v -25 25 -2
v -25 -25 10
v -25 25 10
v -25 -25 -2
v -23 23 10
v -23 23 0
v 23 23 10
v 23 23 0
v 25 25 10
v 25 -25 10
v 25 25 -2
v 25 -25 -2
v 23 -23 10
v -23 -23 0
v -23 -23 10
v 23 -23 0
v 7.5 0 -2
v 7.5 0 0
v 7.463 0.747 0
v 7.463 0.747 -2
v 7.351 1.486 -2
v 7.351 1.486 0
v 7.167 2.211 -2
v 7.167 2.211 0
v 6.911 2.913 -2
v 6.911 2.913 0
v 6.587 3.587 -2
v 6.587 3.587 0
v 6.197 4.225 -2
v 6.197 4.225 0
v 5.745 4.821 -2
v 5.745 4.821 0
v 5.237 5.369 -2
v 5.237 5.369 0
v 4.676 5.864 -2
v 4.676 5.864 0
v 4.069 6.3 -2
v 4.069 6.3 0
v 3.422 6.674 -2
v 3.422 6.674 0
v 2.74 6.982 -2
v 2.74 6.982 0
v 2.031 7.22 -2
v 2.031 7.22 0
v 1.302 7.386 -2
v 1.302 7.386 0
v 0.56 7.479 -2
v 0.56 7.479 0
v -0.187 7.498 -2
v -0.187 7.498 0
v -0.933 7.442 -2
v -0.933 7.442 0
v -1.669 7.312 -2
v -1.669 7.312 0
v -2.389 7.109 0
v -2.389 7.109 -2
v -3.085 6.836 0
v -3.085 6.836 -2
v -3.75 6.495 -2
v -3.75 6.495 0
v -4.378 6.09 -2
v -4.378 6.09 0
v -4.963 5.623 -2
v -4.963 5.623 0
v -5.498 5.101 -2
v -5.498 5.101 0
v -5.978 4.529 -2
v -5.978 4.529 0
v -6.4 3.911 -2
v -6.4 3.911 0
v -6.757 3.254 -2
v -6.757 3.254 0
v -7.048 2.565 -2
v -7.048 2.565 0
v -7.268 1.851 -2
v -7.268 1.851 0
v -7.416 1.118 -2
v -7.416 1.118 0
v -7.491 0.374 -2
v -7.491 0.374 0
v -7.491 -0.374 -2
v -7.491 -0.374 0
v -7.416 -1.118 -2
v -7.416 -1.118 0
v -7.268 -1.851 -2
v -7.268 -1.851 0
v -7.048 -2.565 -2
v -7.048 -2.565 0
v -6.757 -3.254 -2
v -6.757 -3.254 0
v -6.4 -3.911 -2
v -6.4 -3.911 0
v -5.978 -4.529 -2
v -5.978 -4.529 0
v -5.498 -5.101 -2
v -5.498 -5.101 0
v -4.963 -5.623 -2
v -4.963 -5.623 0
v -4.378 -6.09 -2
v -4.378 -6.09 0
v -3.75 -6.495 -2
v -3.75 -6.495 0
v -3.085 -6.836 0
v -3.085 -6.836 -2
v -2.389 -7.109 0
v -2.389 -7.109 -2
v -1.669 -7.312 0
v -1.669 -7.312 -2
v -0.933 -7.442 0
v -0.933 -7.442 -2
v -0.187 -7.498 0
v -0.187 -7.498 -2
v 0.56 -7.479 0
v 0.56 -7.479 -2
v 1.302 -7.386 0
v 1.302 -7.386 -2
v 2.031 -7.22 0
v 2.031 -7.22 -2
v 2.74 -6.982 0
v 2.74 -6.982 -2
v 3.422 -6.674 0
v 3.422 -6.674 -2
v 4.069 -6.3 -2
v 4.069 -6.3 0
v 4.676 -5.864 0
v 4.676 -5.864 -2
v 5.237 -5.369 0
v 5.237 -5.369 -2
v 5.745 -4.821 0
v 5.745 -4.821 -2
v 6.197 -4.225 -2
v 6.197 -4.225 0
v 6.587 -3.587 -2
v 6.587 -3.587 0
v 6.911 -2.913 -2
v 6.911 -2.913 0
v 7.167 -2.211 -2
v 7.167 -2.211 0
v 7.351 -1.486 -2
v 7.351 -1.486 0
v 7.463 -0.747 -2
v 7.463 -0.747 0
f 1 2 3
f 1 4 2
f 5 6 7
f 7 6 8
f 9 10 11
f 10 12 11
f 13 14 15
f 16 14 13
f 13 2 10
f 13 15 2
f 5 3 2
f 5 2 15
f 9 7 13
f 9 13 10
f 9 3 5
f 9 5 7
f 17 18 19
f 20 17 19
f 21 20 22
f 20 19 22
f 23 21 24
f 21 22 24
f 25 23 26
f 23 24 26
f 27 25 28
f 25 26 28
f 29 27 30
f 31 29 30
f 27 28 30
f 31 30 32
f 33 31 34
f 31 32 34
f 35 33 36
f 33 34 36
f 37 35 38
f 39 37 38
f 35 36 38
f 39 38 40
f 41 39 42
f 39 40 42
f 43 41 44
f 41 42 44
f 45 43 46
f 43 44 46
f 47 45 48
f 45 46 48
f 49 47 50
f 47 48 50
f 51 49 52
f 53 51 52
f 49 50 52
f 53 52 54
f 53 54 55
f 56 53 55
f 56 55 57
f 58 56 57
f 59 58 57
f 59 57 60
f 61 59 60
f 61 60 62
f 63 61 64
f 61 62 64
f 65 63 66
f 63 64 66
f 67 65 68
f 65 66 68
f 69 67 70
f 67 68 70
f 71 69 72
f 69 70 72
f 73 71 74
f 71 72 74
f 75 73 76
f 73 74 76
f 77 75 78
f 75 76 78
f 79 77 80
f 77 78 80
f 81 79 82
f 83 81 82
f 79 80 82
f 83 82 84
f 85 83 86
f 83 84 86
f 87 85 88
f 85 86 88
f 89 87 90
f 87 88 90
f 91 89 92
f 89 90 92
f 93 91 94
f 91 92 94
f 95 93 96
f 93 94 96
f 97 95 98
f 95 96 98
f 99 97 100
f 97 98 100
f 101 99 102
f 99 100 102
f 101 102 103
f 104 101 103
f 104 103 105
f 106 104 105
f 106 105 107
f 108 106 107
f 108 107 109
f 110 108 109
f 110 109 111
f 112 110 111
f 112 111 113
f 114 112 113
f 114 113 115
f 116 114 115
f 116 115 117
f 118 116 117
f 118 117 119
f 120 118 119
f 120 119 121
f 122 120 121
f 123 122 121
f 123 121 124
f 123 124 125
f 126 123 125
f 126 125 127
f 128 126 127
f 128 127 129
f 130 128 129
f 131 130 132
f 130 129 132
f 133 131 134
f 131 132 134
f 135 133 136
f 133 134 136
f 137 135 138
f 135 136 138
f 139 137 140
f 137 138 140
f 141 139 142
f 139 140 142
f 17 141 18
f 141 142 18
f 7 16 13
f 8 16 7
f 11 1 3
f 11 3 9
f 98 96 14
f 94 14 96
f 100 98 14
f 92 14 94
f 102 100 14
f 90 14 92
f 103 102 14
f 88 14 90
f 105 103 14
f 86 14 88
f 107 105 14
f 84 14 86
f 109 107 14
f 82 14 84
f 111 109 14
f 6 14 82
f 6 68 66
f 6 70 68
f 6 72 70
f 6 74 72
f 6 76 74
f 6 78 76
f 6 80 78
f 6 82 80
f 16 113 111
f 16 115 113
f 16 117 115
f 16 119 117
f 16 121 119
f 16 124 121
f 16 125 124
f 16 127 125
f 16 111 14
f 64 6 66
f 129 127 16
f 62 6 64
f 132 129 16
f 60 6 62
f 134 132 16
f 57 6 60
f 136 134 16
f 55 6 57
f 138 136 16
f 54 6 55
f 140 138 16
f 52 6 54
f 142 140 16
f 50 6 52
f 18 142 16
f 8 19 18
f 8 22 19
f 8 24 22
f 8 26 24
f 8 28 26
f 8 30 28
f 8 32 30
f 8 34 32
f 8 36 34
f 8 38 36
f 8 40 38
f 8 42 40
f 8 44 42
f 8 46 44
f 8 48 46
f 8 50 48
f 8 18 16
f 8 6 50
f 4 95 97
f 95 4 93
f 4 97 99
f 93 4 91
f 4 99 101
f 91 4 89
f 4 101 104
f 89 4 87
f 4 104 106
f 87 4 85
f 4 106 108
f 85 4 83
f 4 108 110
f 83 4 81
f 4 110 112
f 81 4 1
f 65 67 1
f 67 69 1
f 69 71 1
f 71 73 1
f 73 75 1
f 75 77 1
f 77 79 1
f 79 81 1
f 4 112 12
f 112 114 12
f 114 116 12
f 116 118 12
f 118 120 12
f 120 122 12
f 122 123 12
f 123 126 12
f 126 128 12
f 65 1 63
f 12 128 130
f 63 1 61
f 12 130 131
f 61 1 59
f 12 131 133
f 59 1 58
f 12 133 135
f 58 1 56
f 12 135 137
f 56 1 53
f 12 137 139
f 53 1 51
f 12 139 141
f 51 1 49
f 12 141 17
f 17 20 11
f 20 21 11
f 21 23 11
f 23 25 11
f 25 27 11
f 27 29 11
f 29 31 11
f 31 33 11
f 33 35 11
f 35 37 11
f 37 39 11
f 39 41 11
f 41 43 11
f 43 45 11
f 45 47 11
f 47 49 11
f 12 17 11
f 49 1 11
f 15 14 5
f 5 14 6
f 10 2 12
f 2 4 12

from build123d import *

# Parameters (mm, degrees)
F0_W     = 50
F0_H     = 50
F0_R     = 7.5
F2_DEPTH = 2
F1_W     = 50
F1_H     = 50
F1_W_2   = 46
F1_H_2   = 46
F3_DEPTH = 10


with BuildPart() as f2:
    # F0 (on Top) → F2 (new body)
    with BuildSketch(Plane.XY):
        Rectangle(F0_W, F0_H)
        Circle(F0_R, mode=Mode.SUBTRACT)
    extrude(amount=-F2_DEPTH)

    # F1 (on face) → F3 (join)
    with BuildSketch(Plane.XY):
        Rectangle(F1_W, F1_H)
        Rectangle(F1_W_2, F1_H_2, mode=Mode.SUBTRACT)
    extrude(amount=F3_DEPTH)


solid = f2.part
● ● ●
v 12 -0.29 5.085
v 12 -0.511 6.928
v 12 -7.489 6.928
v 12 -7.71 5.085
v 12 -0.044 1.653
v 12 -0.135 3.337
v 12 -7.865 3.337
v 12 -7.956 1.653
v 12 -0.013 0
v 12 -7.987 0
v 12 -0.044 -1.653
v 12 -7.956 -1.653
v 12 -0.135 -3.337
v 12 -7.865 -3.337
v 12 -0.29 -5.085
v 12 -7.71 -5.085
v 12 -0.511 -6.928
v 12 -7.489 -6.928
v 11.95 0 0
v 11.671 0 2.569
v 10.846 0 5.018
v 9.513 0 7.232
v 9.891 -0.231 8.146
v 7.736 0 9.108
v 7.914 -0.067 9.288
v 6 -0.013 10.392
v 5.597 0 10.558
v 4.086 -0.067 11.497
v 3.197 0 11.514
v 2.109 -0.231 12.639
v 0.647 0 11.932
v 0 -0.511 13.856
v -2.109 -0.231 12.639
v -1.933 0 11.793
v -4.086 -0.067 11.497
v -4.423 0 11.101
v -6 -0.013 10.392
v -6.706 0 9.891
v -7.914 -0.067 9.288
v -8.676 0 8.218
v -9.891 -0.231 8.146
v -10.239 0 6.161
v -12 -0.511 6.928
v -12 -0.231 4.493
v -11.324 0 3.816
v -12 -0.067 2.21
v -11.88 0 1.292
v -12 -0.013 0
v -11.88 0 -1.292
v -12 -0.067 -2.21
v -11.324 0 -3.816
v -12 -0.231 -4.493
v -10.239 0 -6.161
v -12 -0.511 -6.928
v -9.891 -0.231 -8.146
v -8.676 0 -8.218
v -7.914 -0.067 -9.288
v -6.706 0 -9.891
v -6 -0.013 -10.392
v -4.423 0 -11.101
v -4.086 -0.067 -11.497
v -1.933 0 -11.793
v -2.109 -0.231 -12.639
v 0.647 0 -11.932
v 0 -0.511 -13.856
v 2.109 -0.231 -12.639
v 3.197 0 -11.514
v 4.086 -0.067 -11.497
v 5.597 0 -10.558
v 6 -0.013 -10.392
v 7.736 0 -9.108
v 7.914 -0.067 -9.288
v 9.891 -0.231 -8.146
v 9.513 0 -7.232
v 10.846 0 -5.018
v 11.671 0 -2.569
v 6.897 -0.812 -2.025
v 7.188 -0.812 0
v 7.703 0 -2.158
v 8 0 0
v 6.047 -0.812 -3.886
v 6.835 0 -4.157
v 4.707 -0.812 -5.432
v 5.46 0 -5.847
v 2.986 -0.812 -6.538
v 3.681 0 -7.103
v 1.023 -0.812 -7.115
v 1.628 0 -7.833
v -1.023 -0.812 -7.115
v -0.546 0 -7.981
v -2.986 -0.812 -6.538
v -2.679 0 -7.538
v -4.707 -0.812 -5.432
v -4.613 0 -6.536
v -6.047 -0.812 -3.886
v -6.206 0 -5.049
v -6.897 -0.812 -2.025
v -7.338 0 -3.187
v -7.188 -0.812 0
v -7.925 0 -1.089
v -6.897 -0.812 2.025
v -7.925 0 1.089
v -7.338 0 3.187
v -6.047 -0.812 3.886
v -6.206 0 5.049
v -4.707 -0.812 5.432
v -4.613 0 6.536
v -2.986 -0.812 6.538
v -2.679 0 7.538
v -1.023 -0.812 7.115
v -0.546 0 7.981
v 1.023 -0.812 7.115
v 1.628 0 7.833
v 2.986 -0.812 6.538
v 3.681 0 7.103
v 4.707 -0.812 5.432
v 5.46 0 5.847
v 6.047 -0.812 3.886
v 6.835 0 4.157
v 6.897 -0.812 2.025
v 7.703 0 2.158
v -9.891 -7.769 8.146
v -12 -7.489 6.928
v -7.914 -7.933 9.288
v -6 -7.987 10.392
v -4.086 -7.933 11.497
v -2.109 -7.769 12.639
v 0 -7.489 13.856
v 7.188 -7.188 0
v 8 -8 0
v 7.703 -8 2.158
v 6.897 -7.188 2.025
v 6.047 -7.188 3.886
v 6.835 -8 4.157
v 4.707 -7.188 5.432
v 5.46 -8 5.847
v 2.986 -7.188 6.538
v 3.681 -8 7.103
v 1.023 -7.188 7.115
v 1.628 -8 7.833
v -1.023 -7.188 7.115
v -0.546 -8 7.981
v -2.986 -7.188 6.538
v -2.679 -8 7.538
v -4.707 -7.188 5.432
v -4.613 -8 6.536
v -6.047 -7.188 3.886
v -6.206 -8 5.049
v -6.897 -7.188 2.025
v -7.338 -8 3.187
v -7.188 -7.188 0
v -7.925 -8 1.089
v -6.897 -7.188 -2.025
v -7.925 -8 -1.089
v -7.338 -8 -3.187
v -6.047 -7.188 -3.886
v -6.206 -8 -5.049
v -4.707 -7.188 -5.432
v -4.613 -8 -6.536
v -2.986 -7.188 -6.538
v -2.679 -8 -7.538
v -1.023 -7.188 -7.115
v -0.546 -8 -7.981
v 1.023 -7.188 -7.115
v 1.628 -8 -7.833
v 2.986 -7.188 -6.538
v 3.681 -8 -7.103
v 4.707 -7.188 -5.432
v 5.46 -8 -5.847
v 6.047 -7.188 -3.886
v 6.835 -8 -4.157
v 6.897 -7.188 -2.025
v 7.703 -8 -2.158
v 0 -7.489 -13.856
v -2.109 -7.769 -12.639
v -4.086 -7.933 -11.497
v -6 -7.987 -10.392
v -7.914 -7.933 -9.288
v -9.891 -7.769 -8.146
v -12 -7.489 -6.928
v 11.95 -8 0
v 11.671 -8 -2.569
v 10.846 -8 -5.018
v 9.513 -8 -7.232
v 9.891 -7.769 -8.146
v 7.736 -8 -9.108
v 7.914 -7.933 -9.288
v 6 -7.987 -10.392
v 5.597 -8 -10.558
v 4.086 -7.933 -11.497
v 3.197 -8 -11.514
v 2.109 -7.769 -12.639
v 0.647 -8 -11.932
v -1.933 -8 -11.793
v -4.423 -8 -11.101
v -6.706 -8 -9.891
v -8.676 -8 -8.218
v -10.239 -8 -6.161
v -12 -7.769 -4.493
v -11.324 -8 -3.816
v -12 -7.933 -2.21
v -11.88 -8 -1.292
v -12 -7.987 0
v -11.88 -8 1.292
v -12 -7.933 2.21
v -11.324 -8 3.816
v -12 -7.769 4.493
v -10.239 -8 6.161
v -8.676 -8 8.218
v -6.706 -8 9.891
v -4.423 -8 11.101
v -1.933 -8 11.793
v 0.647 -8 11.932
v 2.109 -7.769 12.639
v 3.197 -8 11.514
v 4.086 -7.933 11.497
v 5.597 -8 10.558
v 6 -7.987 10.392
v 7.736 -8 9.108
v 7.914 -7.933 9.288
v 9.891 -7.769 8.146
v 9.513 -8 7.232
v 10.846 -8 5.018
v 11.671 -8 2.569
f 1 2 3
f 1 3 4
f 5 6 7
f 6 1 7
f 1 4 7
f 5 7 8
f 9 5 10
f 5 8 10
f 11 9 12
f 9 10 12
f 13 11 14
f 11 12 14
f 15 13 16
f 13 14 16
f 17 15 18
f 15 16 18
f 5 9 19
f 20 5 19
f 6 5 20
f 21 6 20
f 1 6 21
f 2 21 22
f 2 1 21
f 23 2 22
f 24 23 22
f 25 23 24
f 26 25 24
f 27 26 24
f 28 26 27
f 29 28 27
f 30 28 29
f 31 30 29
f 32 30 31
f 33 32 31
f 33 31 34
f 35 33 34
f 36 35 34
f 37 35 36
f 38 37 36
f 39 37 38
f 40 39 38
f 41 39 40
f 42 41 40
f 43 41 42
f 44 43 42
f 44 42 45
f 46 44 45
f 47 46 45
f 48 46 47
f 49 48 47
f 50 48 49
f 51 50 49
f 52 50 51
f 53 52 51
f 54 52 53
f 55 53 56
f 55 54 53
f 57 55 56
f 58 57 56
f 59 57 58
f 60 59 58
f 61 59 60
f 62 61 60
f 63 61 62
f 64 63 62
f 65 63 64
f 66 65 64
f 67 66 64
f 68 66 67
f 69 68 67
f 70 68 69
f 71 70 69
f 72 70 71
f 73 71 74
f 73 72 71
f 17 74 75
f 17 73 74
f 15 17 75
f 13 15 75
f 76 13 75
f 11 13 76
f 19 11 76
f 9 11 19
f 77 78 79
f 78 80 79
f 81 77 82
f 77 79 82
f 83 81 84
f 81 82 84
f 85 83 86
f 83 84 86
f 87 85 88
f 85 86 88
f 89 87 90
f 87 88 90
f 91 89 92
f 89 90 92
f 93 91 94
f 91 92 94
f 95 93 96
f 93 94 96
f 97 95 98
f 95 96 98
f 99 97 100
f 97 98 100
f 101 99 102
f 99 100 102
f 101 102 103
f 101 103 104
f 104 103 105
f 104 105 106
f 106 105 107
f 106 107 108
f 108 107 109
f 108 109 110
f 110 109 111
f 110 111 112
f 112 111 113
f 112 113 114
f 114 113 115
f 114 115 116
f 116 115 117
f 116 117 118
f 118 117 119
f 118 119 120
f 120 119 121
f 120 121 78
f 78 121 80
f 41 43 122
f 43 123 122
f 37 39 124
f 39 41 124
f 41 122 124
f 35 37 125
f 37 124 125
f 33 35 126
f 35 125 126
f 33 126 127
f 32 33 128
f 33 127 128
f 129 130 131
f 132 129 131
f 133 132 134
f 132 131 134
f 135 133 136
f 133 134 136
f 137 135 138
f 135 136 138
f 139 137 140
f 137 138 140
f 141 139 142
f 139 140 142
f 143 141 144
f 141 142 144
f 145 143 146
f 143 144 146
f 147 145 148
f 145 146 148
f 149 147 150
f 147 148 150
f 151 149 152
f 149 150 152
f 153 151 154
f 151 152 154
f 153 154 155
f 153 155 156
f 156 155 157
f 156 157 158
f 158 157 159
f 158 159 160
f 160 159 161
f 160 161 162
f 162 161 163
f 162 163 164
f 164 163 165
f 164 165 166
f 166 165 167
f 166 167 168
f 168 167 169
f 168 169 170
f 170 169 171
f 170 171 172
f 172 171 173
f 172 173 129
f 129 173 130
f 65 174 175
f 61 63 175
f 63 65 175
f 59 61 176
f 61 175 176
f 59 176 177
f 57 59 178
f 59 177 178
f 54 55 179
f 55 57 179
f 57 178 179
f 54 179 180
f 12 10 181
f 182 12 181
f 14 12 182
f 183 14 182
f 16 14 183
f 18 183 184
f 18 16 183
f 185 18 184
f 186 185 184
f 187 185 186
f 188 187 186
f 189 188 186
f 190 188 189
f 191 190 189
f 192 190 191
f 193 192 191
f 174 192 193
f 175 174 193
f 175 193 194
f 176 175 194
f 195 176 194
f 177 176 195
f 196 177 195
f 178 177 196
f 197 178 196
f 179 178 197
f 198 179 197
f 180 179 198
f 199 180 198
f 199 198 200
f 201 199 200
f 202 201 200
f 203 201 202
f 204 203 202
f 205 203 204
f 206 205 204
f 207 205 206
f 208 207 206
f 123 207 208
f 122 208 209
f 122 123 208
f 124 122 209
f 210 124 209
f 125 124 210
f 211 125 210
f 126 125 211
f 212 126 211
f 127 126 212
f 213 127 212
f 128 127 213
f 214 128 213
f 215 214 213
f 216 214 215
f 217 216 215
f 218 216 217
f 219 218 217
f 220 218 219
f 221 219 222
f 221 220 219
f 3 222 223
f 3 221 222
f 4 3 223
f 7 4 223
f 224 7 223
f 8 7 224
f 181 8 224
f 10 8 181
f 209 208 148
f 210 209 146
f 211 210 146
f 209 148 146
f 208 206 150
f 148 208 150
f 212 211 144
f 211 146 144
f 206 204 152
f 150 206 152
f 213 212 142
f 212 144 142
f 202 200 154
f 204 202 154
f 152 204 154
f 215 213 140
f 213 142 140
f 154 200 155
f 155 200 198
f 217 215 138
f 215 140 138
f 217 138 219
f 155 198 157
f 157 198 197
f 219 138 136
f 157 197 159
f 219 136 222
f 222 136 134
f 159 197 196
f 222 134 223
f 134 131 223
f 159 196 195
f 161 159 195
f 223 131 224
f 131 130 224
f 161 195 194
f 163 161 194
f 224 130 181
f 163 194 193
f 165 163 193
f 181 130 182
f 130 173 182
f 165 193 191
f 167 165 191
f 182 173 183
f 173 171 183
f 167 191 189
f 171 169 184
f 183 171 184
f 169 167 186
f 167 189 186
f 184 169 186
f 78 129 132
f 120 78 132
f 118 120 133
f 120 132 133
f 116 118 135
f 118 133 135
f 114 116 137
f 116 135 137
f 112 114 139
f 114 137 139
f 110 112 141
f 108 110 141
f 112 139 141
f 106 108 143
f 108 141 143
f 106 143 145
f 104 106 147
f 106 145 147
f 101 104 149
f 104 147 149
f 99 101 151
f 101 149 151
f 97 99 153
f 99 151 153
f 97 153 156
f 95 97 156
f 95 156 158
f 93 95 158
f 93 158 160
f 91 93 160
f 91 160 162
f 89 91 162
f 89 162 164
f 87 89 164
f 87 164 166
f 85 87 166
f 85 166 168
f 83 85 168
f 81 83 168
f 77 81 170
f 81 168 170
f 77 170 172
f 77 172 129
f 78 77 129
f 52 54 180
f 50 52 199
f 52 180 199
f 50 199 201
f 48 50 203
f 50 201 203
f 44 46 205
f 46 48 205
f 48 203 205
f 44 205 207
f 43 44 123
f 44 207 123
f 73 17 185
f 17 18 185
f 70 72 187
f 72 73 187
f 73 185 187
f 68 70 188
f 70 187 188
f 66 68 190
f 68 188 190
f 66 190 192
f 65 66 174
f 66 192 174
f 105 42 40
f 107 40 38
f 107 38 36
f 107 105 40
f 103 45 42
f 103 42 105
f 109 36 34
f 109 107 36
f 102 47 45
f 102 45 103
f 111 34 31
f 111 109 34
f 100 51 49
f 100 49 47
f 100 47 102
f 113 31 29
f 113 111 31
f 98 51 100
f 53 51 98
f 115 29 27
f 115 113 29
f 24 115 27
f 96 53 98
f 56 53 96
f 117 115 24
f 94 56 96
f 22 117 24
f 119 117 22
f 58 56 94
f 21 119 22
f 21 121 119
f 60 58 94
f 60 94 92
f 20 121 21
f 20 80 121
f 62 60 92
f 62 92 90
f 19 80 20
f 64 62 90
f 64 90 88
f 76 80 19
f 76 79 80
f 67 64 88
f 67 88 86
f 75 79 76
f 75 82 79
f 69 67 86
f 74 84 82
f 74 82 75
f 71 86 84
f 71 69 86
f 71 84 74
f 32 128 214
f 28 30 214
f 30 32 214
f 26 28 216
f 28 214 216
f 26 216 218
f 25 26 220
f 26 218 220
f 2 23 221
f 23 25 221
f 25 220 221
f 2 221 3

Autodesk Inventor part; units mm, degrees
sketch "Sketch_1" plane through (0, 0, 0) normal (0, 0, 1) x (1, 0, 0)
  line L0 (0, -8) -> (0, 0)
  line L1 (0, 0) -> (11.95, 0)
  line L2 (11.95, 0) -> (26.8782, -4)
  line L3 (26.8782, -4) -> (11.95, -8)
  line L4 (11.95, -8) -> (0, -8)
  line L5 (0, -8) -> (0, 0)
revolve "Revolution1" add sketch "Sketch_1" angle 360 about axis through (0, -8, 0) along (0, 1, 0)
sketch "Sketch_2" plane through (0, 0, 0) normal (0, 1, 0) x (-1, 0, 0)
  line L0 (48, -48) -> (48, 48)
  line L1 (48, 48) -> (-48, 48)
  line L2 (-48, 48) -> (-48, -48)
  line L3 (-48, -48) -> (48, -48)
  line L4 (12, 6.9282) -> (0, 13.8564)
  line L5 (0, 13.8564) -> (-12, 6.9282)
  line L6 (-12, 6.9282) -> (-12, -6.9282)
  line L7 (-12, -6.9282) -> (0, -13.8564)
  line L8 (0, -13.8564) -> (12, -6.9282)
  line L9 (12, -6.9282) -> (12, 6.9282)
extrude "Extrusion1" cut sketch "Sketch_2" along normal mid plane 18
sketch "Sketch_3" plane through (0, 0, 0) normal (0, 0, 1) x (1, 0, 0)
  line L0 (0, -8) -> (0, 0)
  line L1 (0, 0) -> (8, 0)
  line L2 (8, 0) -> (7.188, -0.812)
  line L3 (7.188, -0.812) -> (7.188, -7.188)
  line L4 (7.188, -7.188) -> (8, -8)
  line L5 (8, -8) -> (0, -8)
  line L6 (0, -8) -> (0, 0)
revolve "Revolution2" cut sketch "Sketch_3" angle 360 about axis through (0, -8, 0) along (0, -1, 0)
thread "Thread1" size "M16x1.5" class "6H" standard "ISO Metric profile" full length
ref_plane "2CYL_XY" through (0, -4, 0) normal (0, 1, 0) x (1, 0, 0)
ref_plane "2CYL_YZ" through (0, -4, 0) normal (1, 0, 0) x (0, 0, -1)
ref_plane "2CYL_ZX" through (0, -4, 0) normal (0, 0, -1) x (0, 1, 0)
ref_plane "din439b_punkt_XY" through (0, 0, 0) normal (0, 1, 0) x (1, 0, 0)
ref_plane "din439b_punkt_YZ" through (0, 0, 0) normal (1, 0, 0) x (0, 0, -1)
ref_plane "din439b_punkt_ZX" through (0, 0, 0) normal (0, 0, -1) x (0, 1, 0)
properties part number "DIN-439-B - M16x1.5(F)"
● ● ●
Task prompt>
With the first line being the one containing "f 35 37 125" and the last line the one containing "f 164 165 166", transcribe exactly the lines above that fall in that range.

Task response>
f 35 37 125
f 37 124 125
f 33 35 126
f 35 125 126
f 33 126 127
f 32 33 128
f 33 127 128
f 129 130 131
f 132 129 131
f 133 132 134
f 132 131 134
f 135 133 136
f 133 134 136
f 137 135 138
f 135 136 138
f 139 137 140
f 137 138 140
f 141 139 142
f 139 140 142
f 143 141 144
f 141 142 144
f 145 143 146
f 143 144 146
f 147 145 148
f 145 146 148
f 149 147 150
f 147 148 150
f 151 149 152
f 149 150 152
f 153 151 154
f 151 152 154
f 153 154 155
f 153 155 156
f 156 155 157
f 156 157 158
f 158 157 159
f 158 159 160
f 160 159 161
f 160 161 162
f 162 161 163
f 162 163 164
f 164 163 165
f 164 165 166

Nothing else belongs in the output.